Although the invention has been described in conjunction with particular embodiments and for a particular equipment item, it is obvious that it is by no means limited and that it includes all the technical equivalents of the means described and their combinations, provided that the latter fall within the scope of the invention.

Claims

1. A pulsed electrical remote control interface for an equipment item including a plurality of functions to be controlled, the electrical interface comprising:

at least a first command input associated with a first command line for selecting at least one function to be performed from the plurality of functions and at least a second command input associated with a second command line for executing the selected function, each command input being associated with an outbound pulsed command line and a return line, the return line capable of being shared with a number of outbound lines, wherein each function to be controlled is defined by a predetermined number of consecutive command pulses, wherein the number of command pulses is identical for functions of the same type corresponding to a first direction or to a second direction of execution that are different and wherein the electrical interface includes at least one selection command input and two execution command inputs respectively dedicated to the execution of the selected function in the first direction and in the second direction.

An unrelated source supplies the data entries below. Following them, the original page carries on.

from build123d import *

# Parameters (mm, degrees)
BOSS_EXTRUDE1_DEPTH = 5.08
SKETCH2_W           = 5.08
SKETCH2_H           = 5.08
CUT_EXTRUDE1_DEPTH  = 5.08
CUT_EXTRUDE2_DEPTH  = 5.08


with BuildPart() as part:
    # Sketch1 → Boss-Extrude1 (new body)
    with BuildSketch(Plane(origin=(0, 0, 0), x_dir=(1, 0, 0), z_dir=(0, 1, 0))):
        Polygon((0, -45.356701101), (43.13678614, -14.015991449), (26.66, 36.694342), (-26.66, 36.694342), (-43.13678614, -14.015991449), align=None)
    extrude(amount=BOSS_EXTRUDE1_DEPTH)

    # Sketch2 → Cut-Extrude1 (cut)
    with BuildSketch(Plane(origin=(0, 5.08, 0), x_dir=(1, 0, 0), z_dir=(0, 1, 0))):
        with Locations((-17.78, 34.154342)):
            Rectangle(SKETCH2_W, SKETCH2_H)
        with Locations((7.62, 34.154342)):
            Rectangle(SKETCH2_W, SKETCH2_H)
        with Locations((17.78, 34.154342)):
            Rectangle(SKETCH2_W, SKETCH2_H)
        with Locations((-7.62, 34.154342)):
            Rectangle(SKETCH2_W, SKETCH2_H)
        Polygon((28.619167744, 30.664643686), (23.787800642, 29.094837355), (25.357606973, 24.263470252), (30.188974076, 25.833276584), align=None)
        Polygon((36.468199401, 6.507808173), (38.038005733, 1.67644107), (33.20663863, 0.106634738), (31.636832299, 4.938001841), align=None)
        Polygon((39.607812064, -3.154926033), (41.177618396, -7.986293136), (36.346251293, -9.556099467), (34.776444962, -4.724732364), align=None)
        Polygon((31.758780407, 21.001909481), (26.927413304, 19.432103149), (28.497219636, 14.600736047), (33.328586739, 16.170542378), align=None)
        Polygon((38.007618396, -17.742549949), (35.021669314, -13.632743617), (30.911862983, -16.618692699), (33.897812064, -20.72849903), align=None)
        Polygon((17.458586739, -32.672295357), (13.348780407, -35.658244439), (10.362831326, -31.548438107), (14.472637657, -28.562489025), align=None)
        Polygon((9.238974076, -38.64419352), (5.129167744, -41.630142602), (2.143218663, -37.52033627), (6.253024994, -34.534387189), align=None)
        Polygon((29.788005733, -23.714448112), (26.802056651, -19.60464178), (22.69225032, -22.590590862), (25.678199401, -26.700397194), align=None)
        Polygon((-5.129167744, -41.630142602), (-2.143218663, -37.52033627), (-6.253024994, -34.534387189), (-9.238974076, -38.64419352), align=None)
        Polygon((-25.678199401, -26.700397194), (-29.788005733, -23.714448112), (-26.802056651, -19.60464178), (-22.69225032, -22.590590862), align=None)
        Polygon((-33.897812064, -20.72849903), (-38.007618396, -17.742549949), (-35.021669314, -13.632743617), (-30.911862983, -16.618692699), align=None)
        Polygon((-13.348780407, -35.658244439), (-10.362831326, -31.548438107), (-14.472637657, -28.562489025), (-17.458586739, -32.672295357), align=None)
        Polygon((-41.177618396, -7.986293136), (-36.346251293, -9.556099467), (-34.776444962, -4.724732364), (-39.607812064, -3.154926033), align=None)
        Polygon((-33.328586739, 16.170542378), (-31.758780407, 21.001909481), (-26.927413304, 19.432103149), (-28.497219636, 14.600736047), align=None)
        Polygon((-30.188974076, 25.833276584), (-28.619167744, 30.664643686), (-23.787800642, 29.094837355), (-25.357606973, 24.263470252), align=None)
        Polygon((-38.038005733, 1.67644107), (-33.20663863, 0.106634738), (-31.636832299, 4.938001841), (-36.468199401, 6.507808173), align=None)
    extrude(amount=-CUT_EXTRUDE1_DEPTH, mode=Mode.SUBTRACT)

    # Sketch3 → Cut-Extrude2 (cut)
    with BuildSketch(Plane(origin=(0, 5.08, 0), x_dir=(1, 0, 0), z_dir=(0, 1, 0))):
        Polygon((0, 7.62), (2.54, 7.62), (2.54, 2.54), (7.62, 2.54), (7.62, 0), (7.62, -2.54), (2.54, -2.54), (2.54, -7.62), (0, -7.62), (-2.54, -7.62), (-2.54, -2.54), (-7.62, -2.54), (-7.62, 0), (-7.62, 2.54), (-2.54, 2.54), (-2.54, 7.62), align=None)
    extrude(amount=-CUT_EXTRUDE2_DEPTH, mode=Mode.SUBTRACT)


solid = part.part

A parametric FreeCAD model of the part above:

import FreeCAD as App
import Part
import Sketcher
Q = App.Units.Quantity


def add_polygon(sketch, points):
    """Adds a closed chain of lines whose ends are joined by coincident constraints."""
    first, n = sketch.GeometryCount, len(points)
    for a, b in zip(points, points[1:] + points[:1]):
        sketch.addGeometry(Part.LineSegment(App.Vector(*a, 0), App.Vector(*b, 0)), False)
    for i in range(n):
        sketch.addConstraint(Sketcher.Constraint("Coincident", first + i, 2, first + (i + 1) % n, 1))

doc = App.newDocument("Part")
body = doc.addObject("PartDesign::Body", "Body")

sketch1 = doc.addObject("Sketcher::SketchObject", "Sketch")
body.addObject(sketch1)
sketch1.AttachmentSupport = (doc.XZ_Plane, [""])
sketch1.MapMode = "FlatFace"
add_polygon(sketch1, [(0, 45), (43, 14), (27, -37), (-27, -37), (-43, 14)])
sketch1.addConstraint([
    Sketcher.Constraint("Horizontal", 2),
    Sketcher.Constraint("Symmetric", 0, 2, 3, 2, -2),
    Sketcher.Constraint("PointOnObject", 4, 2, -2),
    Sketcher.Constraint("Equal", 0, 1),
    Sketcher.Constraint("Equal", 1, 3),
    Sketcher.Constraint("Angle", 0, Q("-36 deg")),
    Sketcher.Constraint("Angle", 1, Q("-108 deg")),
    Sketcher.Constraint("DistanceX", 2, 2, 2, 1, Q("53.32 mm")),
    Sketcher.Constraint("DistanceY", -1, 1, 4, 2, Q("45.356701 mm")),
])
pad1 = doc.addObject("PartDesign::Pad", "Pad")
body.addObject(pad1)
pad1.Profile = sketch1
pad1.Length = Q("0.2 in")
pad1.Reversed = True

sketch2 = doc.addObject("Sketcher::SketchObject", "Sketch001")
body.addObject(sketch2)
sketch2.AttachmentSupport = (doc.XZ_Plane, [""])
sketch2.MapMode = "FlatFace"
sketch2.AttachmentOffset = App.Placement(App.Vector(0, 0, -0.2 * 25.4), App.Rotation())
add_polygon(sketch2, [(-20, -37), (-20, -32), (-15, -32), (-15, -37)])
add_polygon(sketch2, [(5, -37), (5, -32), (10, -32), (10, -37)])
add_polygon(sketch2, [(15, -37), (15, -32), (20, -32), (20, -37)])
add_polygon(sketch2, [(-10, -37), (-10, -32), (-5, -32), (-5, -37)])
add_polygon(sketch2, [(29, -31), (24, -29), (25, -24), (30, -26)])
add_polygon(sketch2, [(38, -2), (36, -7), (32, -5), (33, 0)])
add_polygon(sketch2, [(41, 8), (40, 3), (35, 5), (36, 10)])
add_polygon(sketch2, [(32, -21), (27, -19), (28, -15), (33, -16)])
add_polygon(sketch2, [(38, 18), (35, 14), (31, 17), (34, 21)])
add_polygon(sketch2, [(13, 36), (17, 33), (14, 29), (10, 32)])
add_polygon(sketch2, [(5, 42), (9, 39), (6, 35), (2, 38)])
add_polygon(sketch2, [(30, 24), (27, 20), (23, 23), (26, 27)])
add_polygon(sketch2, [(-5, 42), (-2, 38), (-6, 35), (-9, 39)])
add_polygon(sketch2, [(-30, 24), (-26, 27), (-23, 23), (-27, 20)])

2. The electrical interface according to claim 1, including two selection command inputs and two execution command inputs, the two selection command inputs being respectively dedicated to increasing and reducing a number of pulses counted, the number of pulses counted corresponding to the selection of the function.

3. The electrical interface according to claim 1, wherein, on the two execution command inputs, each command for executing a function comprises a single pulse.

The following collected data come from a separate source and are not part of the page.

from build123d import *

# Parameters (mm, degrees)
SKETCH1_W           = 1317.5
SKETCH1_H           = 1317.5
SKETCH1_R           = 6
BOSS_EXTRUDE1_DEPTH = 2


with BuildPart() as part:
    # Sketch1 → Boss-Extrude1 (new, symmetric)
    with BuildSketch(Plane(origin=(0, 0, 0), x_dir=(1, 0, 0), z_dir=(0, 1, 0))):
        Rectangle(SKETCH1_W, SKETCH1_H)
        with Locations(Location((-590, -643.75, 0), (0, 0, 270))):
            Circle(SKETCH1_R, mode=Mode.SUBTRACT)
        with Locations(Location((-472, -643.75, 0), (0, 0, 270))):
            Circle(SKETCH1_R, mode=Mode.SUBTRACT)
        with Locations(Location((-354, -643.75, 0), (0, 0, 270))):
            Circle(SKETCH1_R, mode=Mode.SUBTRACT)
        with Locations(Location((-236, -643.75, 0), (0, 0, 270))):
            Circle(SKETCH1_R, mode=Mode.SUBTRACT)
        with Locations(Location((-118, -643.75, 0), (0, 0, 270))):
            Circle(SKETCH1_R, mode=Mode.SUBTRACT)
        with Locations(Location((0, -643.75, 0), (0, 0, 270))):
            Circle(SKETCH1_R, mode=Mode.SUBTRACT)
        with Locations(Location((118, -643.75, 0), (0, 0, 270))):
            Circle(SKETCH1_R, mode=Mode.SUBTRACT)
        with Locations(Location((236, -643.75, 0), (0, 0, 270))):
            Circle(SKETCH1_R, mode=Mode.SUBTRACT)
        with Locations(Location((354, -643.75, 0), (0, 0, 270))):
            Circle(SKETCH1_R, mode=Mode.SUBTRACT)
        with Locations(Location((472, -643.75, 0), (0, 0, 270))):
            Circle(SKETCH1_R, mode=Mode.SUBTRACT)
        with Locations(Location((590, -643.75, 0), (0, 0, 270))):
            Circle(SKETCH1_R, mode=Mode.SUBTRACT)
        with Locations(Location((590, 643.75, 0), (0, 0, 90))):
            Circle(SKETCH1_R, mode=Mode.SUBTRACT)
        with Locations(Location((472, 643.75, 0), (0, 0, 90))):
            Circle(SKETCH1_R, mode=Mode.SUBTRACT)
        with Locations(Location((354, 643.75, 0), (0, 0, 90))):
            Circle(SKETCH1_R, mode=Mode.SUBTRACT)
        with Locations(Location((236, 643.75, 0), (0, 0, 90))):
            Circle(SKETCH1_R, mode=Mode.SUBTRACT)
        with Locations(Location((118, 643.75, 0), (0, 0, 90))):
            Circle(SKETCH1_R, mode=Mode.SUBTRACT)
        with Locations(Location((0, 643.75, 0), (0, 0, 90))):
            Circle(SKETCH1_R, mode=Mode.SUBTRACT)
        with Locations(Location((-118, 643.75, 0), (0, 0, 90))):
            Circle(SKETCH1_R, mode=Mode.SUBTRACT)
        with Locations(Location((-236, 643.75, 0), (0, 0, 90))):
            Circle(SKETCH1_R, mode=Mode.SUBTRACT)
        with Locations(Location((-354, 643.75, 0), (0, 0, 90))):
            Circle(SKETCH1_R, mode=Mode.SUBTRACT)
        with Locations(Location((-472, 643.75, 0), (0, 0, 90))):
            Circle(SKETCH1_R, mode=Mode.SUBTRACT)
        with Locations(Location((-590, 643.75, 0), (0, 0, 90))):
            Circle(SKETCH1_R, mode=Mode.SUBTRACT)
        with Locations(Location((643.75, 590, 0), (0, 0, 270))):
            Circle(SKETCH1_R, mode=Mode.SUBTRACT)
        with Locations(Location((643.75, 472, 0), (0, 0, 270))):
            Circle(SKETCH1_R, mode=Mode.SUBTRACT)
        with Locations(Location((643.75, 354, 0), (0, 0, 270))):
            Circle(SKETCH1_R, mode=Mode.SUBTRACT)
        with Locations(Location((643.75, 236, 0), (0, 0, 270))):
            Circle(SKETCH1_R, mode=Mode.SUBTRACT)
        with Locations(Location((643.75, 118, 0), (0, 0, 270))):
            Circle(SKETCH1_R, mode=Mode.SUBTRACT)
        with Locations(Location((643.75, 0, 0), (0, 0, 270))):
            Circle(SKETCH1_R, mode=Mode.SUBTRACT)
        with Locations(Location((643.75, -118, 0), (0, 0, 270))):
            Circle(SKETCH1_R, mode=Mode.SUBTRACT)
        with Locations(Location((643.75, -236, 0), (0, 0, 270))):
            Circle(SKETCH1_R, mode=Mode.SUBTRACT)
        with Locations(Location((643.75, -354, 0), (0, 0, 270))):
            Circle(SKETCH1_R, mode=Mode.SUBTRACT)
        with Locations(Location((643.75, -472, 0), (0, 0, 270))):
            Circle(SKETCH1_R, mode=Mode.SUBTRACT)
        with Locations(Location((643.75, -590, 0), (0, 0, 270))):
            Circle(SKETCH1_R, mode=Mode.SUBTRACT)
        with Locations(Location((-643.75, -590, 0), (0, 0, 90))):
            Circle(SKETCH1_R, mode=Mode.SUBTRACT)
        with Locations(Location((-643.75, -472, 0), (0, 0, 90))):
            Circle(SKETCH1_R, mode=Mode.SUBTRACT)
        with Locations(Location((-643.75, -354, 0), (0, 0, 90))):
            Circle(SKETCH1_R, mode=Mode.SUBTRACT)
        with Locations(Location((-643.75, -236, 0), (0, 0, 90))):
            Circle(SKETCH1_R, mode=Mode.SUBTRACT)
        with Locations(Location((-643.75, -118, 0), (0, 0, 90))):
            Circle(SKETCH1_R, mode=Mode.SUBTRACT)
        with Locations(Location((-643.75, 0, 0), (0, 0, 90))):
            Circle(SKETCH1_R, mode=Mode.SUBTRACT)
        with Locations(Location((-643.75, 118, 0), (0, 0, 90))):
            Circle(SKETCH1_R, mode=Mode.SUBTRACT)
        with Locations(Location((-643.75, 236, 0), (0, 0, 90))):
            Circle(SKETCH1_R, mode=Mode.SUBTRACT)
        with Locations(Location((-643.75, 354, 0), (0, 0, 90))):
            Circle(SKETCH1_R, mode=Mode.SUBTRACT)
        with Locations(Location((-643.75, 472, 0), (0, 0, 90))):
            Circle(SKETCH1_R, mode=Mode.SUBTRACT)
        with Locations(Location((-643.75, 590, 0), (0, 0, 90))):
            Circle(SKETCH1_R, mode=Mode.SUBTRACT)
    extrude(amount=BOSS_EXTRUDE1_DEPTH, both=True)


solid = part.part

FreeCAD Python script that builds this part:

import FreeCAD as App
import Part
import Sketcher
from FreeCAD import Vector


def add_polygon(sketch, points):
    """Adds a closed chain of lines whose ends are joined by coincident constraints."""
    first, n = sketch.GeometryCount, len(points)
    for a, b in zip(points, points[1:] + points[:1]):
        sketch.addGeometry(Part.LineSegment(App.Vector(*a, 0), App.Vector(*b, 0)), False)
    for i in range(n):
        sketch.addConstraint(Sketcher.Constraint("Coincident", first + i, 2, first + (i + 1) % n, 1))

doc = App.newDocument("Part")
body = doc.addObject("PartDesign::Body", "Body")

sketch1 = doc.addObject("Sketcher::SketchObject", "Sketch")
body.addObject(sketch1)
sketch1.AttachmentSupport = (doc.XZ_Plane, [""])
sketch1.MapMode = "FlatFace"
add_polygon(sketch1, [(-658.75, -658.75), (-658.75, 658.75), (658.75, 658.75), (658.75, -658.75)])
sketch1.addGeometry(Part.Circle(Vector(-590, 643.75, 0), Vector(0, 0, 1), 6), False)
sketch1.addGeometry(Part.Circle(Vector(-643.75, 590, 0), Vector(0, 0, 1), 6), False)
sketch1.addGeometry(Part.Circle(Vector(-472, 643.75, 0), Vector(0, 0, 1), 6), False)
sketch1.addGeometry(Part.Circle(Vector(-354, 643.75, 0), Vector(0, 0, 1), 6), False)
sketch1.addGeometry(Part.Circle(Vector(-643.75, 472, 0), Vector(0, 0, 1), 6), False)
sketch1.addGeometry(Part.Circle(Vector(-643.75, 354, 0), Vector(0, 0, 1), 6), False)
sketch1.addGeometry(Part.Circle(Vector(-236, 643.75, 0), Vector(0, 0, 1), 6), False)
sketch1.addGeometry(Part.Circle(Vector(-118, 643.75, 0), Vector(0, 0, 1), 6), False)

4. The electrical interface according to claim 3, wherein the performance of the same function several times in succession corresponds to the emission of a number of consecutive pulses on the same command input.

5. The electrical interface according to claim 3, wherein the execution command pulse for a function selected by the selection command inputs is emitted on an execution command input after the emission of the pulses for selecting the function on a selection command input.

6. An equipment item including an electrical remote control interface according to claim 1.

7. A satellite including at least one equipment item according to claim 6.